Jerini and Shire have reached a strategic agreement according to which Shire shall be obliged to make a voluntary public takeover offer to all shareholders of Jerini.

Shire will offer E6.25 per share in cash for all issued Jerini shares valuing the company at E328 million. The acquisition will be funded out of Shire’s current cash resources and is expected to be accretive for non-GAAP earnings by the second half of 2010.

It is anticipated that the offer to Jerini’s shareholders will be open for acceptance until the end of the third quarter of 2008 and is contingent upon the fulfillment of certain customary terms and conditions, including approval by relevant merger control authorities.
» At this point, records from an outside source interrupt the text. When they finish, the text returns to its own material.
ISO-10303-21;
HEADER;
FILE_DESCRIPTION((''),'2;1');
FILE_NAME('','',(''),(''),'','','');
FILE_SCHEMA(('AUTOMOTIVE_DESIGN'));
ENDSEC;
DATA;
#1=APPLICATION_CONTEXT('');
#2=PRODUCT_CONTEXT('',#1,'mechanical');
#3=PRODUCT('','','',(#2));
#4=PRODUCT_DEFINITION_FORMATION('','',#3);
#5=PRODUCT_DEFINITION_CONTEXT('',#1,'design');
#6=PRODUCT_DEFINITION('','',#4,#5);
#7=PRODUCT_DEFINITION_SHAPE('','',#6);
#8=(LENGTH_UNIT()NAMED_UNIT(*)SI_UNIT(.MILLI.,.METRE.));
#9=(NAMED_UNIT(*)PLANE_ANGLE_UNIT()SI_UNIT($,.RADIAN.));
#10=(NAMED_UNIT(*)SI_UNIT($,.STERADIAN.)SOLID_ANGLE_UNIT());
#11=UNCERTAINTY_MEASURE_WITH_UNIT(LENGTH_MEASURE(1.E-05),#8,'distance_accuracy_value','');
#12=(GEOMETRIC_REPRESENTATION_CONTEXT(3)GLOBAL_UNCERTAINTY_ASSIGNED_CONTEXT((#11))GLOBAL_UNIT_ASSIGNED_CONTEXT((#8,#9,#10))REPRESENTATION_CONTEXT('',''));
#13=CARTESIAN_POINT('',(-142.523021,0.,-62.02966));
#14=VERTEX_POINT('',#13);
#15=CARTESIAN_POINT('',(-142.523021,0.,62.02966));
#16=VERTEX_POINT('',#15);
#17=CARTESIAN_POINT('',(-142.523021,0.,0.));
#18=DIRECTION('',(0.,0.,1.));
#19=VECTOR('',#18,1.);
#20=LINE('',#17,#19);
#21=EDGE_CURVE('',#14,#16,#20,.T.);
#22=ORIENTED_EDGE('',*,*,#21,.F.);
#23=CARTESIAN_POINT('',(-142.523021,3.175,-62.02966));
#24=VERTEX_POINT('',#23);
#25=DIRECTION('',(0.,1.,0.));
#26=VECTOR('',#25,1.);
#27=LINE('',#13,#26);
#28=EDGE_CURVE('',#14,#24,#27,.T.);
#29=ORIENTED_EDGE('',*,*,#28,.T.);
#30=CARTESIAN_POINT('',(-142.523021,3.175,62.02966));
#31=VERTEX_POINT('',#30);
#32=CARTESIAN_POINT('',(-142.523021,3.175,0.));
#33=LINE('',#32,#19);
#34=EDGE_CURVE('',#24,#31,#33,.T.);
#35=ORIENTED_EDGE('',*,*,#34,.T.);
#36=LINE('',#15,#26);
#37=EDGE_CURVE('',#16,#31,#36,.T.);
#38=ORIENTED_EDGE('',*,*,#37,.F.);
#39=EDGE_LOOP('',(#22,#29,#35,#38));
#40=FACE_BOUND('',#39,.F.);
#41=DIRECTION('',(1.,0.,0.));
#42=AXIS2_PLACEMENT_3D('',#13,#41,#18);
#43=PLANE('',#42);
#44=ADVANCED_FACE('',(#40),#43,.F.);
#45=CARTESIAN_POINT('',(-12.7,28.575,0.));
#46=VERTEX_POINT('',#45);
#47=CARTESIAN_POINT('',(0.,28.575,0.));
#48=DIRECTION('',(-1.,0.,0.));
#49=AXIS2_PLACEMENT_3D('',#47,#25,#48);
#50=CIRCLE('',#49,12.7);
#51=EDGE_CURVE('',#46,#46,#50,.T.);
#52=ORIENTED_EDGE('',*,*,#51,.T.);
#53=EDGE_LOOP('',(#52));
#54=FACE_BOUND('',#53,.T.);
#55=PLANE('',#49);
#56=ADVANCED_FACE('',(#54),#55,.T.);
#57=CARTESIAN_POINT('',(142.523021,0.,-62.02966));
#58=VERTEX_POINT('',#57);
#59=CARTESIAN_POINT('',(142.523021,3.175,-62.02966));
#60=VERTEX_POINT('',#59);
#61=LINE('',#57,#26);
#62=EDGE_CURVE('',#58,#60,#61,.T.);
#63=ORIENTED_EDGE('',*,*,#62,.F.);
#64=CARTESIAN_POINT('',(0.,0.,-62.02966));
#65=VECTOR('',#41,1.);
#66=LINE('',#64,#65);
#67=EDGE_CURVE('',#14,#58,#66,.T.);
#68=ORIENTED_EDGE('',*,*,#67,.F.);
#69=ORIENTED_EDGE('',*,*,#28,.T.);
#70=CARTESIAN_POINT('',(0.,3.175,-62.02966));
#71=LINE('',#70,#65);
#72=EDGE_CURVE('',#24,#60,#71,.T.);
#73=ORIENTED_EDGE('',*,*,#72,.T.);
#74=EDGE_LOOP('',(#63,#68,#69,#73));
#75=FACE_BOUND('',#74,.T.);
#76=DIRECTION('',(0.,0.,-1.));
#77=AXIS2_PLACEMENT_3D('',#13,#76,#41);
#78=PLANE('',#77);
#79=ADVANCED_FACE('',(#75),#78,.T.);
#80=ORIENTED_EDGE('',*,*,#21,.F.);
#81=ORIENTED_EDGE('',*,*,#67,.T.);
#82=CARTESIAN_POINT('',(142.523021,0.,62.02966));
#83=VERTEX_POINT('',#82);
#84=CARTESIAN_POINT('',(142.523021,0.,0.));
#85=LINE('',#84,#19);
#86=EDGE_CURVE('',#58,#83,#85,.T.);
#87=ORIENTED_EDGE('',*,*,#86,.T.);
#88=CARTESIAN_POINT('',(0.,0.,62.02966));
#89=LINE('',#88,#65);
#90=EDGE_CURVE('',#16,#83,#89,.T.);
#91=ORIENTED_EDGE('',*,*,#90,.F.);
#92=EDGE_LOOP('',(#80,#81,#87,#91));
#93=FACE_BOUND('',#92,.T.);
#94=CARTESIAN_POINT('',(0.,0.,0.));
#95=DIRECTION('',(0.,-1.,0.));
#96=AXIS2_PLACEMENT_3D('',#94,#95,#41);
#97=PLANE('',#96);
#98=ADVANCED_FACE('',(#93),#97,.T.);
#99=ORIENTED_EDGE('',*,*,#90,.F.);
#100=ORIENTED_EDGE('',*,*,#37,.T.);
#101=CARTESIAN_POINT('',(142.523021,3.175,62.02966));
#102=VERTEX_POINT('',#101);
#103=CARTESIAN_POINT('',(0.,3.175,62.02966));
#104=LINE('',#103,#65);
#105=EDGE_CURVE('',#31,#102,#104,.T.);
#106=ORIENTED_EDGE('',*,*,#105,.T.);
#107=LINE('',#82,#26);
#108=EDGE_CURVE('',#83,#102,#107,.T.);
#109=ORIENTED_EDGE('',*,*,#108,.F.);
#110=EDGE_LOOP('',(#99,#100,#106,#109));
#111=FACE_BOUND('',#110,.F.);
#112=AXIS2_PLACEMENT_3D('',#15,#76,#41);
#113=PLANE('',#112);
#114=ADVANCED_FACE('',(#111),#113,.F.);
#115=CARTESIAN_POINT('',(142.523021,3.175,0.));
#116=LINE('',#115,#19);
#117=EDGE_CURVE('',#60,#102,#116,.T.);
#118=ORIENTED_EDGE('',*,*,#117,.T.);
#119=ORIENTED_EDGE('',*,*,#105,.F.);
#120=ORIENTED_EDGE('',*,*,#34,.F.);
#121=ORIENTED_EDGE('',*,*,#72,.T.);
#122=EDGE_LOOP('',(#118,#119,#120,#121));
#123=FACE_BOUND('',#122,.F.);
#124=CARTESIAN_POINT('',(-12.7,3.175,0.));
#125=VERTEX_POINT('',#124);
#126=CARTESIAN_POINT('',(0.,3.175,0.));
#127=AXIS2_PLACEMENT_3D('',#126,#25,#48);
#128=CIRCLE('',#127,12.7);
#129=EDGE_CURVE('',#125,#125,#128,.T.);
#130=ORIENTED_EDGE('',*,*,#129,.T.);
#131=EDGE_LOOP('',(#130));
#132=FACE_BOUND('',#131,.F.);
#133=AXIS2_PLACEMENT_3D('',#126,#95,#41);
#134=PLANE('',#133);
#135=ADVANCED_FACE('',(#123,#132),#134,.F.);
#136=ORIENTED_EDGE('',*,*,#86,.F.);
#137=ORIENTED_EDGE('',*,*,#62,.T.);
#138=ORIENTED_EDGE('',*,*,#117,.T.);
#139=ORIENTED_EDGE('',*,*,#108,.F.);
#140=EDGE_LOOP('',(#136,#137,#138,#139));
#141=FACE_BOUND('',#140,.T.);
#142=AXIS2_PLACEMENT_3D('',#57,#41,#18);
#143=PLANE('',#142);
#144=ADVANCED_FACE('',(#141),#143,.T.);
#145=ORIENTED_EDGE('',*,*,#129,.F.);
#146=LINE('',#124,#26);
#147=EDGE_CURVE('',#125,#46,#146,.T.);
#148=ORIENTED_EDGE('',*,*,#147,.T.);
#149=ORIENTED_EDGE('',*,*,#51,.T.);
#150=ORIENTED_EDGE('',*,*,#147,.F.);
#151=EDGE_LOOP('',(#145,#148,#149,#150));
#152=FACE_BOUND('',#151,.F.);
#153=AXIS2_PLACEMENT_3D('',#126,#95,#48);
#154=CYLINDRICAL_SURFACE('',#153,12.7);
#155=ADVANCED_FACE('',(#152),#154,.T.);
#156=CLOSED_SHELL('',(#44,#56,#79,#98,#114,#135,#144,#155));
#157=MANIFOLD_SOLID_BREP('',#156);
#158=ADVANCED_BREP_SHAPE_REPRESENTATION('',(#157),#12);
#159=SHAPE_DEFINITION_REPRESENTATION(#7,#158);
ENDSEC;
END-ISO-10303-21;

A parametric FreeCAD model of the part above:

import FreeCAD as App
import Part
import Sketcher

V = App.Vector
Q = App.Units.Quantity


def add_polygon(sketch, points):
    """Adds a closed chain of lines whose ends are joined by coincident constraints."""
    first, n = sketch.GeometryCount, len(points)
    for a, b in zip(points, points[1:] + points[:1]):
        sketch.addGeometry(Part.LineSegment(App.Vector(*a, 0), App.Vector(*b, 0)), False)
    for i in range(n):
        sketch.addConstraint(Sketcher.Constraint("Coincident", first + i, 2, first + (i + 1) % n, 1))

doc = App.newDocument("Part")
body = doc.addObject("PartDesign::Body", "Body")

# Sketch on XZ plane
sketch1 = body.newObject("Sketcher::SketchObject", "Sketch")
sketch1.AttachmentSupport = (doc.getObject("XZ_Plane"), [""])
sketch1.MapMode = "FlatFace"
add_polygon(sketch1, [(-142.523021, 62.02966), (-142.523021, -62.02966), (142.523021, -62.02966), (142.523021, 62.02966)])  # lines 0-3
sketch1.addConstraint([
    Sketcher.Constraint("Vertical", 0),
    Sketcher.Constraint("Horizontal", 1),
    Sketcher.Constraint("Vertical", 2),
    Sketcher.Constraint("Horizontal", 3),
    Sketcher.Constraint("Symmetric", 0, 2, 2, 2, -1, 1),
    Sketcher.Constraint("DistanceX", 1, 1, 1, 2, Q("285.046042 mm")),
    Sketcher.Constraint("DistanceY", 0, 2, 0, 1, Q("124.05932 mm")),
])
pad1 = body.newObject("PartDesign::Pad", "Pad")
pad1.Profile = sketch1
pad1.Length = Q("0.125 in")
pad1.Reversed = True

# Sketch on XZ plane
sketch2 = body.newObject("Sketcher::SketchObject", "Sketch001")
sketch2.AttachmentSupport = (doc.getObject("XZ_Plane"), [""])
sketch2.MapMode = "FlatFace"
sketch2.AttachmentOffset = App.Placement(V(0, 0, -0.125 * 25.4), App.Rotation())
sketch2.addGeometry(Part.Circle(V(0, 0, 0), V(0, 0, 1), 12.7), False)
sketch2.addConstraint([
    Sketcher.Constraint("Coincident", 0, 3, -1, 1),
    Sketcher.Constraint("Diameter", 0, Q("1 in")),
])
pad2 = body.newObject("PartDesign::Pad", "Pad001")
pad2.Profile = sketch2
pad2.Length = Q("1 in")
pad2.Reversed = True

doc.recompute()
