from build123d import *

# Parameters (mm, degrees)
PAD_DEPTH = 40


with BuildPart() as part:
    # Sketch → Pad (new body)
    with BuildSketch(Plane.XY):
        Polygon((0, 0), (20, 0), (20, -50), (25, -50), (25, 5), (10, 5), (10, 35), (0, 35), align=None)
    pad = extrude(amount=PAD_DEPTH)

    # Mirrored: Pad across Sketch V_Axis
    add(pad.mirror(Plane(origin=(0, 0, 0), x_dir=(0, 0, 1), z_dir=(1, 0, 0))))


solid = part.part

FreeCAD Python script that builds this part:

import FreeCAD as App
import Part
import Sketcher


def add_polygon(sketch, points):
    """Adds a closed chain of lines whose ends are joined by coincident constraints."""
    first, n = sketch.GeometryCount, len(points)
    for a, b in zip(points, points[1:] + points[:1]):
        sketch.addGeometry(Part.LineSegment(App.Vector(*a, 0), App.Vector(*b, 0)), False)
    for i in range(n):
        sketch.addConstraint(Sketcher.Constraint("Coincident", first + i, 2, first + (i + 1) % n, 1))

doc = App.newDocument("Part")
params = doc.addObject("Spreadsheet::Sheet", "Params")
for row, (alias, value) in enumerate([
    ("sketch1_width", "20 mm"),
    ("sketch1_width2", "5 mm"),
    ("sketch1_width3", "15 mm"),
    ("sketch1_height", "50 mm"),
    ("sketch1_height2", "55 mm"),
    ("pad1_length", "40 mm"),
], start=1):
    params.set(f"A{row}", alias)
    params.set(f"B{row}", "=" + value)
    params.setAlias(f"B{row}", alias)

body = doc.addObject("PartDesign::Body", "Body")

sketch1 = doc.addObject("Sketcher::SketchObject", "Sketch")
body.addObject(sketch1)
sketch1.AttachmentSupport = (doc.XY_Plane, [""])
sketch1.MapMode = "FlatFace"
add_polygon(sketch1, [(0, 0), (20, 0), (20, -50), (25, -50), (25, 5), (10, 5), (10, 35), (0, 35)])
sketch1.addConstraint([
    Sketcher.Constraint("Horizontal", 0),
    Sketcher.Constraint("Vertical", 1),
    Sketcher.Constraint("Horizontal", 2),
    Sketcher.Constraint("Vertical", 3),
    Sketcher.Constraint("Horizontal", 4),
    Sketcher.Constraint("Vertical", 5),
    Sketcher.Constraint("Horizontal", 6),
    Sketcher.Constraint("Vertical", 7),
    Sketcher.Constraint("Coincident", 7, 2, -1, 1),
    Sketcher.Constraint("DistanceX", 0, 1, 0, 2, 20.0),
    Sketcher.Constraint("DistanceX", 2, 1, 2, 2, 5.0),
    Sketcher.Constraint("DistanceX", 4, 2, 4, 1, 15.0),
    Sketcher.Constraint("DistanceY", 1, 2, 1, 1, 50.0),
    Sketcher.Constraint("DistanceY", 3, 1, 3, 2, 55.0),
    Sketcher.Constraint("DistanceY", 5, 1, 5, 2, 30.0),
])
sketch1.setExpression("Constraints[17]", "Params.sketch1_width")
sketch1.setExpression("Constraints[18]", "Params.sketch1_width2")
sketch1.setExpression("Constraints[19]", "Params.sketch1_width3")
sketch1.setExpression("Constraints[20]", "Params.sketch1_height")
sketch1.setExpression("Constraints[21]", "Params.sketch1_height2")
pad1 = doc.addObject("PartDesign::Pad", "Pad")
body.addObject(pad1)
pad1.Profile = sketch1
pad1.setExpression("Length", "Params.pad1_length")
doc.recompute()

mirrored = doc.addObject("PartDesign::Mirrored", "Mirrored")
body.addObject(mirrored)
mirrored.Originals = [pad1]
mirrored.MirrorPlane = (doc.YZ_Plane, [""])
body.Tip = mirrored

doc.recompute()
In addition, Shire has entered into purchase agreements with members of the management and supervisory boards along with a number of the major institutional shareholders, committing 53% of Jerini’s existing share capital (prior to the capital increase), and in addition is investing E21 million in return for the subscription for newly issued shares which correspond to 9% of Jerini’s increased share capital. This will provide Jerini with sufficient cash to initiate the launch of Firazyr in Europe, which may begin prior to completion of the transaction.

On completion of the acquisition, Shire will conduct a strategic review of Jerini’s other assets including Jerini Ophthalmic, a US subsidiary which is developing a treatment for wet age-related macular degeneration and JPT Peptide Technologies, a peptide manufacturing operation which produces complex synthetic peptides.